# Hot pixels/dead pixels on sensor



## play (Jul 17, 2013)

Last night I decided to check for hot pixels on my sensor, and I found 2. . Took a pic in complete darkness with 30 sec exposure. The camera automatically chose ISO 100. I was in shutter speed priority mode. 

Anyways, I took 5 images and I found 2 consistent red spots on the same 2 locations. Is it called hot pixels? How to GET RID of them? Is it something normal that is found normally on most camera sensors?


----------



## neuroanatomist (Jul 17, 2013)

With a the lens removed and the body cap in place, or with lens mounted and the lens cap on, start a manual cleaning and let the camera sit for ~30 seconds, then power it off. That should 'remap' those hot pixels.


----------



## play (Jul 23, 2013)

I did sensor cleaning but those 3 spots are still there. Is this phenomenon normal or should I return the camera to Amazon or Canon for replacement?


----------



## play (Aug 14, 2013)

neuroanatomist said:


> With a the lens removed and the body cap in place, or with lens mounted and the lens cap on, start a manual cleaning and let the camera sit for ~30 seconds, then power it off. That should 'remap' those hot pixels.
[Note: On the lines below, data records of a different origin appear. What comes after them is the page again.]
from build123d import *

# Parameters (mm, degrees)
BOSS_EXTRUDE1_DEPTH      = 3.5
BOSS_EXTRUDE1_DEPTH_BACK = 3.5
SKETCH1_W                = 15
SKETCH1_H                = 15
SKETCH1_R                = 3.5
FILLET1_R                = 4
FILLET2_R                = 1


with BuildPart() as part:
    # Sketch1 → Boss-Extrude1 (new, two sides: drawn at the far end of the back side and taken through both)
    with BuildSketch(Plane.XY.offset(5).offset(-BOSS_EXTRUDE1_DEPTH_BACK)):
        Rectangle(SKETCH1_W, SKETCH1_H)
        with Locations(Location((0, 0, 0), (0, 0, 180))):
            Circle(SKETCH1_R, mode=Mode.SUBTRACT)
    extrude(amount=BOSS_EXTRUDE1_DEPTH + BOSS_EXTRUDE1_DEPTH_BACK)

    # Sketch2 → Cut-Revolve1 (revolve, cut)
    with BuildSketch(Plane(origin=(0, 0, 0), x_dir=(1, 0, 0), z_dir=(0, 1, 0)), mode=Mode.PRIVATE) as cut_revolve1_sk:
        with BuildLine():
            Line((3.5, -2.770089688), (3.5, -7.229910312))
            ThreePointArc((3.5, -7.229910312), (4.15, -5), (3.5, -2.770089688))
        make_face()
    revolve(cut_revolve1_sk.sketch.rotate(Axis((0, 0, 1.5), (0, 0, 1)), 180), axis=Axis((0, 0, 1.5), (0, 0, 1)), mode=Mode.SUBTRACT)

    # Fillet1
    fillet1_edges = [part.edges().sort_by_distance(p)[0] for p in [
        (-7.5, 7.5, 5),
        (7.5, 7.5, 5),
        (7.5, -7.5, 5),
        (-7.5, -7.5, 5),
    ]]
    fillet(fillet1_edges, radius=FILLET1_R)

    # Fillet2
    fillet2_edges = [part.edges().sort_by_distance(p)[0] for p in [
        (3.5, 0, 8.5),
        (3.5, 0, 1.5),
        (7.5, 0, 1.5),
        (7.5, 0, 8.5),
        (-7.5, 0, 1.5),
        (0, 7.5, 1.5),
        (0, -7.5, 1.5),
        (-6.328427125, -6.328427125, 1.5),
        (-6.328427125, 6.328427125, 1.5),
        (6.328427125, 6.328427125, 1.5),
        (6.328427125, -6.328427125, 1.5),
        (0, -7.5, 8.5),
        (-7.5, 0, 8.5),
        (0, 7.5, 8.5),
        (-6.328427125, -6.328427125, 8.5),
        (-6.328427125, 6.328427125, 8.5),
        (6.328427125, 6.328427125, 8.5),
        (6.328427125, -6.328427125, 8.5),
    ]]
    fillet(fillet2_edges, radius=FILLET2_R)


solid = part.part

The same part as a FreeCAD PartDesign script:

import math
import FreeCAD as App
import Part
import Sketcher
from FreeCAD import Vector
Q = App.Units.Quantity


def edges_at(feature, points):
    """Names of the edges that pass closest to the given points."""
    edges = feature.Shape.Edges
    near = lambda p: min(range(len(edges)), key=lambda i: edges[i].distToShape(Part.Vertex(*p))[0])
    return sorted({f"Edge{near(p) + 1}" for p in points})


def add_polygon(sketch, points):
    """Adds a closed chain of lines whose ends are joined by coincident constraints."""
    first, n = sketch.GeometryCount, len(points)
    for a, b in zip(points, points[1:] + points[:1]):
        sketch.addGeometry(Part.LineSegment(App.Vector(*a, 0), App.Vector(*b, 0)), False)
    for i in range(n):
        sketch.addConstraint(Sketcher.Constraint("Coincident", first + i, 2, first + (i + 1) % n, 1))

doc = App.newDocument("Part")
body = doc.addObject("PartDesign::Body", "Body")

# Sketch on XY plane
sketch1 = body.newObject("Sketcher::SketchObject", "Sketch")
sketch1.AttachmentSupport = (doc.getObject("XY_Plane"), [""])
sketch1.MapMode = "FlatFace"
sketch1.AttachmentOffset = App.Placement(Vector(0, 0, 5), App.Rotation())
add_polygon(sketch1, [(-7.5, 7.5), (-7.5, -7.5), (7.5, -7.5), (7.5, 7.5)])  # lines 0-3
sketch1.addGeometry(Part.Circle(Vector(0, 0, 0), Vector(0, 0, 1), 3.5), False)  # 4
sketch1.addConstraint(Sketcher.Constraint("Vertical", 0))
sketch1.addConstraint(Sketcher.Constraint("Horizontal", 1))
sketch1.addConstraint(Sketcher.Constraint("Vertical", 2))
sketch1.addConstraint(Sketcher.Constraint("Horizontal", 3))
sketch1.addConstraint(Sketcher.Constraint("Coincident", 4, 3, -1, 1))
sketch1.addConstraint(Sketcher.Constraint("Symmetric", 0, 2, 2, 2, -1, 1))
sketch1.addConstraint(Sketcher.Constraint("Equal", 3, 0))
sketch1.addConstraint(Sketcher.Constraint("Diameter", 4, Q("7 mm")))
sketch1.addConstraint(Sketcher.Constraint("DistanceX", 1, 1, 1, 2, Q("15 mm")))
pad1 = body.newObject("PartDesign::Pad", "Pad")
pad1.Profile = sketch1
pad1.Type = "TwoLengths"
pad1.Length = 3.5
pad1.Length2 = 3.5

# Sketch on XZ plane
sketch2 = body.newObject("Sketcher::SketchObject", "Sketch001")
sketch2.AttachmentSupport = (doc.getObject("XZ_Plane"), [""])
sketch2.MapMode = "FlatFace"
sketch2.addGeometry(Part.LineSegment(Vector(3.5, 2.8, 0), Vector(3.5, 7.2, 0)), False)
sketch2.addGeometry(Part.ArcOfCircle(Part.Circle(Vector(0, 5, 0), Vector(0, 0, 1), 4.2), math.radians(-33), math.radians(33)), False)
sketch2.addConstraint(Sketcher.Constraint("Coincident", 0, 1, 1, 1))
sketch2.addConstraint(Sketcher.Constraint("Coincident", 1, 2, 0, 2))
sketch2.addConstraint(Sketcher.Constraint("Vertical", 0))
sketch2.addConstraint(Sketcher.Constraint("PointOnObject", 1, 3, -2))
sketch2.addConstraint(Sketcher.Constraint("Radius", 1, Q("4.15 mm")))
sketch2.addConstraint(Sketcher.Constraint("DistanceY", -1, 1, 1, 3, Q("5 mm")))
sketch2.addConstraint(Sketcher.Constraint("DistanceX", -1, 1, 0, 1, Q("3.5 mm")))
groove = body.newObject("PartDesign::Groove", "Groove")
groove.Profile = sketch2
groove.ReferenceAxis = (sketch2, ["V_Axis"])
groove.Angle = 360
doc.recompute()

fillet = body.newObject("PartDesign::Fillet", "Fillet")
fillet.Base = (groove, edges_at(groove, [
    (-7.5, 7.5, 5),
    (7.5, 7.5, 5),
    (7.5, -7.5, 5),
    (-7.5, -7.5, 5),
]))
fillet.Radius = 4
doc.recompute()

fillet2 = body.newObject("PartDesign::Fillet", "Fillet001")
fillet2.Base = (fillet, edges_at(fillet, [
    (3.5, 0, 8.5),
    (3.5, 0, 1.5),
    (7.5, 0, 1.5),
    (7.5, 0, 8.5),
    (-7.5, 0, 1.5),
    (0, 7.5, 1.5),
    (0, -7.5, 1.5),
    (-6.328, -6.328, 1.5),
    (-6.328, 6.328, 1.5),
    (6.328, 6.328, 1.5),
    (6.328, -6.328, 1.5),
    (0, -7.5, 8.5),
    (-7.5, 0, 8.5),
    (0, 7.5, 8.5),
    (-6.328, -6.328, 8.5),
    (-6.328, 6.328, 8.5),
    (6.328, 6.328, 8.5),
    (6.328, -6.328, 8.5),
]))
fillet2.Radius = 1

doc.recompute()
http://support-sg.canon-asia.com/contents/SG/EN/8200780900.html

T2i tutorial for manual clean. Strange thing about EOS M is, it does not have "Clean Manually" option like most Canon DSLRs have. See the image in step 4-2, how the "Clean Manually" option is available. For EOS M, I tried "Clean now" option, but did not help at all. Shame on Canon for forgetting to include "clean manually" option for EOS M.


----------



## markr041 (Aug 14, 2013)

play said:


> neuroanatomist said:
> 
> 
> > With a the lens removed and the body cap in place, or with lens mounted and the lens cap on, start a manual cleaning and let the camera sit for ~30 seconds, then power it off. That should 'remap' those hot pixels.
> ...


The instructions in the EOS M manual are EXACTLY the same as for the T2i tutorial. The 'Manual Cleaning' option is also described in the manual for the EOS M. Shame on you for providing a misleading statement


----------



## MrFotoFool (Aug 14, 2013)

I thought hot or dead pixels are ones that had burned out and are no longer usable. Are you telling me there is a way to clean the camera to bring them back to life???

I have some on my 5Dmk2, but only notice them when shooting very high ISO.


----------



## play (Aug 14, 2013)

markr041 said:


> play said:
> 
> 
> > neuroanatomist said:
> ...



Shame on you for not checking the menu on an actual EOS M. If you did, you will know what I'm talking about. EOS M menu do not have "Clean Manually" option at all. There is "Clean Now" option, but that's about it. All the Canon DSLRs have 3 options under sensor clean menu. EOS M has only 2.


----------